# 25 ton tagalong??



## Mackman (Nov 3, 2009)

Anybody know anything about tag along trailers?? I been looking at 25 ton tagalongs. I am between a Eager Beaver and a Rogers. The last company i worked for had Eager for tags and rogers for lowboys. The rogers is alittle higher in price. If i can get this hauling contract i will need to buy one soon. Any input from anyone. Oh yea and the tri/axle trailer the 1st axle has to lift.


----------



## 04chevy2500 (Oct 7, 2009)

i have an eager beaver that hauls the paving machine with the deere 332 everyday. hauls like a dream. the only issue that iv really had is that the construction of jacks was a little weak. had to weld and gusset to the frame. this would only matter if you plan on unhooking while loaded.


----------



## blowerman (Dec 24, 2007)

I have a Towmaster 25 Ton trailer... Now, what questions do you want answered? Have owned several tag trailers for pulling dozers & excavators. To describe the trailer: It's a Towmaster T50 Tri-axle tag, no lift axle (would love the option, but it's rare u see them around and they are expensive) flip ramps, 25 ft. of flat with a 5 ft. beaver tail, chain storage box, two speed jack... So far the Towmaster has been the most solid and reliable of all tag trailers I've owned. Towing unit is a KW T800 quad axle dump with a 430hp C13 Cat... Main thing we move is a Volvo 160 hoe ( 38,000lbs.) and a Cat D5. Both load easy and fit great, trailer real smooth.
What do you need the trailer for? What will you pull it with?


----------



## Mackman (Nov 3, 2009)

blowerman;1068679 said:


> I have a Towmaster 25 Ton trailer... Now, what questions do you want answered? Have owned several tag trailers for pulling dozers & excavators. To describe the trailer: It's a Towmaster T50 Tri-axle tag, no lift axle (would love the option, but it's rare u see them around and they are expensive) flip ramps, 25 ft. of flat with a 5 ft. beaver tail, chain storage box, two speed jack... So far the Towmaster has been the most solid and reliable of all tag trailers I've owned. Towing unit is a KW T800 quad axle dump with a 430hp C13 Cat... Main thing we move is a Volvo 160 hoe ( 38,000lbs.) and a Cat D5. Both load easy and fit great, trailer real smooth.
> What do you need the trailer for? What will you pull it with?

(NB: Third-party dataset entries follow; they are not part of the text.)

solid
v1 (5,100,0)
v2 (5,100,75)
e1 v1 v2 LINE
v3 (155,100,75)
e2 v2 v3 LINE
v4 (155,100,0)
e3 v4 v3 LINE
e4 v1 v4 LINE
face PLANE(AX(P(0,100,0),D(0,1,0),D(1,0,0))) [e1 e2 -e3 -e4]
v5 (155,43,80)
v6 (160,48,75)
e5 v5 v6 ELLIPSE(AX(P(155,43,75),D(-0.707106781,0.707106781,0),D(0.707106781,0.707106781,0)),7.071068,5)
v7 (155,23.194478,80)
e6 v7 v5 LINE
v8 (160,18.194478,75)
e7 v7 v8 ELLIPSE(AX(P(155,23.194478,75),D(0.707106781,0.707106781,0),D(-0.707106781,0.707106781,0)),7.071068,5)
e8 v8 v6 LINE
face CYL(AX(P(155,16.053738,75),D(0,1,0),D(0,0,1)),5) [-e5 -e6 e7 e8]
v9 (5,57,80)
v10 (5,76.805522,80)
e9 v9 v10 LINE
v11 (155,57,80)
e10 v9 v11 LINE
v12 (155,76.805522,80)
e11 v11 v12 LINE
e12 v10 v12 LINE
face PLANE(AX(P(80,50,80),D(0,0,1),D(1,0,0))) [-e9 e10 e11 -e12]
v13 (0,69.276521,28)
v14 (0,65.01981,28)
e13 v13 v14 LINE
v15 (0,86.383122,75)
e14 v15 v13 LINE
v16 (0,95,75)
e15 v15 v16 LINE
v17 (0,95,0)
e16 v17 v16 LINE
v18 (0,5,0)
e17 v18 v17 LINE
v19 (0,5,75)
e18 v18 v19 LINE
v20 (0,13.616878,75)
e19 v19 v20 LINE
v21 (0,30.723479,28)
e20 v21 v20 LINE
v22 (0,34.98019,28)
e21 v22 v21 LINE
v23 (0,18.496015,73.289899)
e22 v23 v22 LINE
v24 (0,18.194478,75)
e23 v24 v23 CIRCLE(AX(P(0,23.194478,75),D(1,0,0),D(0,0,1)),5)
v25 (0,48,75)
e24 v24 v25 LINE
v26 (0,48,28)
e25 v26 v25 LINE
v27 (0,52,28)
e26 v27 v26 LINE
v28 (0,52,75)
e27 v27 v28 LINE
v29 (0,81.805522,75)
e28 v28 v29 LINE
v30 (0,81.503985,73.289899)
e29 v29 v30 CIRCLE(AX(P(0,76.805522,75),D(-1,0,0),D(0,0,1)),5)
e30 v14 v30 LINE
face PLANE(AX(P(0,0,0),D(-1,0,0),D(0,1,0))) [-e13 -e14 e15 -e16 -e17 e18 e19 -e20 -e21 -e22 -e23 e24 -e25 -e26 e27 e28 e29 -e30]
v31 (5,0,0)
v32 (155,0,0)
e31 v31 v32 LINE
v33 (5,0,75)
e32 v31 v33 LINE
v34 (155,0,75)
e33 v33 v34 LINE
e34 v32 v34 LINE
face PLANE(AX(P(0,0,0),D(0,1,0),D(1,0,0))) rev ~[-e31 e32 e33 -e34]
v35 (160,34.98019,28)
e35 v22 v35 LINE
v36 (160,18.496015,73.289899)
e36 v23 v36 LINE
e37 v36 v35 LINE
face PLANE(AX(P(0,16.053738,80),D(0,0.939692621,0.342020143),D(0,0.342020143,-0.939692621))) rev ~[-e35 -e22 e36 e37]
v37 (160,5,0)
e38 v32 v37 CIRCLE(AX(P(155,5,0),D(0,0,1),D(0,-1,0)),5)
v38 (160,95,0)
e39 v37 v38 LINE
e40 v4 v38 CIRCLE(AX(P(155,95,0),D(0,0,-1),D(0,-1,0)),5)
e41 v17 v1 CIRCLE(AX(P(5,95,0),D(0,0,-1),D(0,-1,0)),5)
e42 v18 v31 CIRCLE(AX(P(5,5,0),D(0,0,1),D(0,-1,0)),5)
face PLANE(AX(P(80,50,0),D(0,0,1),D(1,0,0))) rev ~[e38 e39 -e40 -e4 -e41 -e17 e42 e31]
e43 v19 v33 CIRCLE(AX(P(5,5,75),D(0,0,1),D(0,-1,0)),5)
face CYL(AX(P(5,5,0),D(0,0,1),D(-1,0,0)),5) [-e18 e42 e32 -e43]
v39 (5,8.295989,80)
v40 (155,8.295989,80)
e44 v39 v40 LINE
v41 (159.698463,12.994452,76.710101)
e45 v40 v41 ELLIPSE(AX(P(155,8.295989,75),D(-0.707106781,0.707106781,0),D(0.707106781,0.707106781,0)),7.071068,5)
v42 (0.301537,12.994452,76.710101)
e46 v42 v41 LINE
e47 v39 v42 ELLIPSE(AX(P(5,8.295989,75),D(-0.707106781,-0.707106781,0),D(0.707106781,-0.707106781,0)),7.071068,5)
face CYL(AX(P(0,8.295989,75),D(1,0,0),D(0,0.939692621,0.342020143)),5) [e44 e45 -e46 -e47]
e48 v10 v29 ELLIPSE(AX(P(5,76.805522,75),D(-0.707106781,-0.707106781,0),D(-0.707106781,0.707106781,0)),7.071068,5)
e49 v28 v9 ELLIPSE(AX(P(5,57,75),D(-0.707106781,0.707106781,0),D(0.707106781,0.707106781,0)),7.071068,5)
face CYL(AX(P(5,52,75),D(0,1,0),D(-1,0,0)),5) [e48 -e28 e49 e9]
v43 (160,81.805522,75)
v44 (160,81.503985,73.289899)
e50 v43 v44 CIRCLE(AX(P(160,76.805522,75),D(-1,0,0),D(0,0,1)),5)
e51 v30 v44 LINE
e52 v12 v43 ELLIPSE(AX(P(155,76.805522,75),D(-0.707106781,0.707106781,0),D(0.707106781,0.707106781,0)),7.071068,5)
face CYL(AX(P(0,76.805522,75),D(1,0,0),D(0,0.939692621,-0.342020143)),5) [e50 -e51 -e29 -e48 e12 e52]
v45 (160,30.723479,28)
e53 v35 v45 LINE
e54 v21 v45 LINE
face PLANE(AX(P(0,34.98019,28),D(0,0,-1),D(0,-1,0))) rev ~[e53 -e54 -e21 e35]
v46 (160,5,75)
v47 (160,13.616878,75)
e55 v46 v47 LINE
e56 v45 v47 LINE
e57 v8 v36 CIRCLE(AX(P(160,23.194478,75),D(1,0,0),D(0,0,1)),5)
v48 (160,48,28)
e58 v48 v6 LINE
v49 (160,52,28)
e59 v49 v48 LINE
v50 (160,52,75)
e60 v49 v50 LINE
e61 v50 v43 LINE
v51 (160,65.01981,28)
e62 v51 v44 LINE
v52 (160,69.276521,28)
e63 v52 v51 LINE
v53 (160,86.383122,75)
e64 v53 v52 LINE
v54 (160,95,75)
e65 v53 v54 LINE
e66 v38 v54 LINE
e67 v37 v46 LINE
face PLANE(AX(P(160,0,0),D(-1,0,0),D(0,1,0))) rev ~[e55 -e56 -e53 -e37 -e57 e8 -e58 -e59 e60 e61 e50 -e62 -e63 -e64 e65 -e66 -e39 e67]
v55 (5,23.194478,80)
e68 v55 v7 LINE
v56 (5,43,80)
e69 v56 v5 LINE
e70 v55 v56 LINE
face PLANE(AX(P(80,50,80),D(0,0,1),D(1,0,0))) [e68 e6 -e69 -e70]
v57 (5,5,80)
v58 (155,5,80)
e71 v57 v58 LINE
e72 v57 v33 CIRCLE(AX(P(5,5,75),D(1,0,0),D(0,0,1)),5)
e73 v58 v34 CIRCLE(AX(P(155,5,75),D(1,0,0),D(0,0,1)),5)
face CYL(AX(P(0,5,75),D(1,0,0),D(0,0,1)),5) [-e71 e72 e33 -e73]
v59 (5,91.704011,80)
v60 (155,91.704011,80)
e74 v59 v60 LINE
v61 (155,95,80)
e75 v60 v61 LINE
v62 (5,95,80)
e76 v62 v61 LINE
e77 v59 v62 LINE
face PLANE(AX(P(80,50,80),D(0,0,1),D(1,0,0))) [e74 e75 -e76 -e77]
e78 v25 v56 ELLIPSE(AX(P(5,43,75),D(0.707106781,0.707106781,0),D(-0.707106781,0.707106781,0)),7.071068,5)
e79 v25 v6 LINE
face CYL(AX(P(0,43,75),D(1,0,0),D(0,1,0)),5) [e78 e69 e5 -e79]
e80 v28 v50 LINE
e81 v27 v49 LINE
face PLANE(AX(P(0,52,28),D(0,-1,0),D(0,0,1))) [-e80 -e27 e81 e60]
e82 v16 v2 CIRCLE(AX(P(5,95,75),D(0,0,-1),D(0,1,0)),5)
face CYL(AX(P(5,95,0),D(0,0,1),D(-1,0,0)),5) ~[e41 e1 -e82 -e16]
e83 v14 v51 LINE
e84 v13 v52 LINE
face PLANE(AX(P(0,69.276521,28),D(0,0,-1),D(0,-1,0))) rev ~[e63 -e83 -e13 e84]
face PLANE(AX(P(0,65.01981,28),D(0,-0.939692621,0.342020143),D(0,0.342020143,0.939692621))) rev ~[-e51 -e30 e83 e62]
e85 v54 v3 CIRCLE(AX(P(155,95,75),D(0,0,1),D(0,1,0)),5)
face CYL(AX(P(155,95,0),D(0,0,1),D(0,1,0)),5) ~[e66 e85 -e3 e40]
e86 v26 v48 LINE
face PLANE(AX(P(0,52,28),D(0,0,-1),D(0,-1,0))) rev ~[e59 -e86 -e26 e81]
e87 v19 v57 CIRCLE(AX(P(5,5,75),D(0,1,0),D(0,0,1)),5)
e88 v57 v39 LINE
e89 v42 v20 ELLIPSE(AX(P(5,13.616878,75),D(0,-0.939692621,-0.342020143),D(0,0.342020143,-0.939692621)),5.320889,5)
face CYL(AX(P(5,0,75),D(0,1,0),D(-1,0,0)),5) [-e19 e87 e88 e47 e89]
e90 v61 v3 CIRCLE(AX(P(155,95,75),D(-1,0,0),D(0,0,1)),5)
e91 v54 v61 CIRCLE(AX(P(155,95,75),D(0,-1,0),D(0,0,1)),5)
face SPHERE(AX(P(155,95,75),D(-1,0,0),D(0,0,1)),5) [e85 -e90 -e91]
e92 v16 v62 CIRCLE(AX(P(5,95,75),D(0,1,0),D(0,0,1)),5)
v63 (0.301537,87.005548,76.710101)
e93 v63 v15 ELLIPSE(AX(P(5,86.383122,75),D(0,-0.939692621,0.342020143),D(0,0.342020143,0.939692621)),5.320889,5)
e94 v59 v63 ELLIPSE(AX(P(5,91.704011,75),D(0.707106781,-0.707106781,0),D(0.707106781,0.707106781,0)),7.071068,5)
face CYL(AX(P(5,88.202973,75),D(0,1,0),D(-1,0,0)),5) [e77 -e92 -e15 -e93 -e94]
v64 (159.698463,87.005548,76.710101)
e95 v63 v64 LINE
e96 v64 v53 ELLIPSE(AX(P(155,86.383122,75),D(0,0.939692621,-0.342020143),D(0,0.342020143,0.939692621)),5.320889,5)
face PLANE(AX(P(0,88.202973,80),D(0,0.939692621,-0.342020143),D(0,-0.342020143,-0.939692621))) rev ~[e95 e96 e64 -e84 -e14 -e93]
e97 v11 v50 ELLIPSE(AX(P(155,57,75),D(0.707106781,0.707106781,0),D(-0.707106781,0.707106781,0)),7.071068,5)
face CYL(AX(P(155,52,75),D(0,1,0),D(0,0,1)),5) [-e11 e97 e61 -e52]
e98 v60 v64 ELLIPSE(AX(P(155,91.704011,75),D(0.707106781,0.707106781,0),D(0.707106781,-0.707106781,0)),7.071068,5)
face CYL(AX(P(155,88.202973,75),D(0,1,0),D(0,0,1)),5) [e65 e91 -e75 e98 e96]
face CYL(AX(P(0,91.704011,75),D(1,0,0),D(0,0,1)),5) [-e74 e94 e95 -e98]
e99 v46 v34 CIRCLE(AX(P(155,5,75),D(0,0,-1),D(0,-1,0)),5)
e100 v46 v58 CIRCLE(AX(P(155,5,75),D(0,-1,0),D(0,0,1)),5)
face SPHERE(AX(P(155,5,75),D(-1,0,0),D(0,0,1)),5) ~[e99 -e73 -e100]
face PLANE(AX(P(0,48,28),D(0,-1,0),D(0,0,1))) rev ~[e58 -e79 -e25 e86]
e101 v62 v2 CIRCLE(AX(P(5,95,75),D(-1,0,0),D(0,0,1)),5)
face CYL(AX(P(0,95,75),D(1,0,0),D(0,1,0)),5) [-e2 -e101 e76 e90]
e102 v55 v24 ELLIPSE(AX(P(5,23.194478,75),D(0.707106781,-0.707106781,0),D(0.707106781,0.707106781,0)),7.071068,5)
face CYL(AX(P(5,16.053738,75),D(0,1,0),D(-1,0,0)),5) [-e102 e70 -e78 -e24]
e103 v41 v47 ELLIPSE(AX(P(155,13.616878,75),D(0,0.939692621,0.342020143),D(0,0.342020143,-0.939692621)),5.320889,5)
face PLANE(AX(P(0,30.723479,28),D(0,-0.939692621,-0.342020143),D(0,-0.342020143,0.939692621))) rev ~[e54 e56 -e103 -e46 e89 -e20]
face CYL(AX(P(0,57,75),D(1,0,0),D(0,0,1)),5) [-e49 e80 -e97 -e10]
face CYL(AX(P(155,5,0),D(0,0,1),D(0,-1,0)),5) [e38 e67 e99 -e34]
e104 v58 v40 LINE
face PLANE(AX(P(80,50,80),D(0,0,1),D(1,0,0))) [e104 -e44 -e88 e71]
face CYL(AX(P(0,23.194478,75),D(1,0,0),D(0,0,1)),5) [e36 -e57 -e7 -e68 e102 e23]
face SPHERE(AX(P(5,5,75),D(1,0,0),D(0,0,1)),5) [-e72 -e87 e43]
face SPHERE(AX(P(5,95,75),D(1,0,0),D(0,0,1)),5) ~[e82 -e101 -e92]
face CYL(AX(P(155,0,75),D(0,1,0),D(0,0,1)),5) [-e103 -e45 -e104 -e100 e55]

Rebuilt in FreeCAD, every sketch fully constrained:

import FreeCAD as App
import Part
import Sketcher
from FreeCAD import Vector
Q = App.Units.Quantity


def edges_at(feature, points):
    """Names of the edges that pass closest to the given points."""
    edges = feature.Shape.Edges
    near = lambda p: min(range(len(edges)), key=lambda i: edges[i].distToShape(Part.Vertex(*p))[0])
    return sorted({f"Edge{near(p) + 1}" for p in points})

doc = App.newDocument("Part")
body = doc.addObject("PartDesign::Body", "Body")

# Sketch on XY plane
sketch1 = body.newObject("Sketcher::SketchObject", "Sketch")
sketch1.AttachmentSupport = (doc.getObject("XY_Plane"), [""])
sketch1.MapMode = "FlatFace"
sketch1.addGeometry(Part.LineSegment(Vector(0, 100, 0), Vector(0, 0, 0)), False)
sketch1.addGeometry(Part.LineSegment(Vector(0, 0, 0), Vector(160, 0, 0)), False)
sketch1.addGeometry(Part.LineSegment(Vector(160, 0, 0), Vector(160, 100, 0)), False)
sketch1.addGeometry(Part.LineSegment(Vector(160, 100, 0), Vector(0, 100, 0)), False)
sketch1.addConstraint(Sketcher.Constraint("Coincident", 0, 2, 1, 1))
sketch1.addConstraint(Sketcher.Constraint("Coincident", 1, 2, 2, 1))
sketch1.addConstraint(Sketcher.Constraint("Coincident", 2, 2, 3, 1))
sketch1.addConstraint(Sketcher.Constraint("Coincident", 3, 2, 0, 1))
sketch1.addConstraint(Sketcher.Constraint("Vertical", 0))
sketch1.addConstraint(Sketcher.Constraint("Horizontal", 1))
sketch1.addConstraint(Sketcher.Constraint("Vertical", 2))
sketch1.addConstraint(Sketcher.Constraint("Horizontal", 3))
sketch1.addConstraint(Sketcher.Constraint("Coincident", 0, 2, -1, 1))
sketch1.addConstraint(Sketcher.Constraint("DistanceX", 1, 1, 1, 2, Q("160 mm")))
sketch1.addConstraint(Sketcher.Constraint("DistanceY", 0, 2, 0, 1, Q("100 mm")))
pad1 = body.newObject("PartDesign::Pad", "Pad")
pad1.Profile = sketch1
pad1.Length = 80

# Sketch on YZ plane
sketch2 = body.newObject("Sketcher::SketchObject", "Sketch001")
sketch2.AttachmentSupport = (doc.getObject("YZ_Plane"), [""])
sketch2.MapMode = "FlatFace"
sketch2.addGeometry(Part.LineSegment(Vector(65, 28, 0), Vector(83.9, 80, 0)), False)
sketch2.addGeometry(Part.LineSegment(Vector(83.9, 80, 0), Vector(88.2, 80, 0)), False)
sketch2.addGeometry(Part.LineSegment(Vector(88.2, 80, 0), Vector(69.3, 28, 0)), False)
sketch2.addGeometry(Part.LineSegment(Vector(69.3, 28, 0), Vector(65, 28, 0)), False)
sketch2.addGeometry(Part.LineSegment(Vector(52, 80, 0), Vector(52, 28, 0)), False)
sketch2.addGeometry(Part.LineSegment(Vector(52, 28, 0), Vector(48, 28, 0)), False)
sketch2.addGeometry(Part.LineSegment(Vector(48, 28, 0), Vector(48, 80, 0)), False)
sketch2.addGeometry(Part.LineSegment(Vector(48, 80, 0), Vector(52, 80, 0)), False)
sketch2.addGeometry(Part.LineSegment(Vector(30.7, 28, 0), Vector(11.8, 80, 0)), False)
sketch2.addGeometry(Part.LineSegment(Vector(11.8, 80, 0), Vector(16.1, 80, 0)), False)
sketch2.addGeometry(Part.LineSegment(Vector(16.1, 80, 0), Vector(35, 28, 0)), False)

Good info. Just what i was looking for.

A good buddy of mine works for a rental place. They may have alot of hauling for me if i want it. Anything from backhoes to track loaders, rollers etc. They are really looking for like a 35ton lowboy. But i already have a tri/axle dump so a tag-a-long would be a cheaper way to go. Plus if moving iron gets slow i can alwasy work the dump truck. I want the lift axle just to save on tires. The last 50ton lowboy i drove was a tri/axle and with that 3rd axle down you can see rubber when ever you made a tight turn just laying on the road lol.

It may be a couple weeks till i hear anything. Put i like to get as much info as i can on types of trailers. I called 2 of my buddys and they both said rogers is overall better built trailer. But that the eager beaver is a close 2nd. I never even seen a Towmaster going 
to google them now. 
Thanks


----------



## DGODGR (Nov 30, 2008)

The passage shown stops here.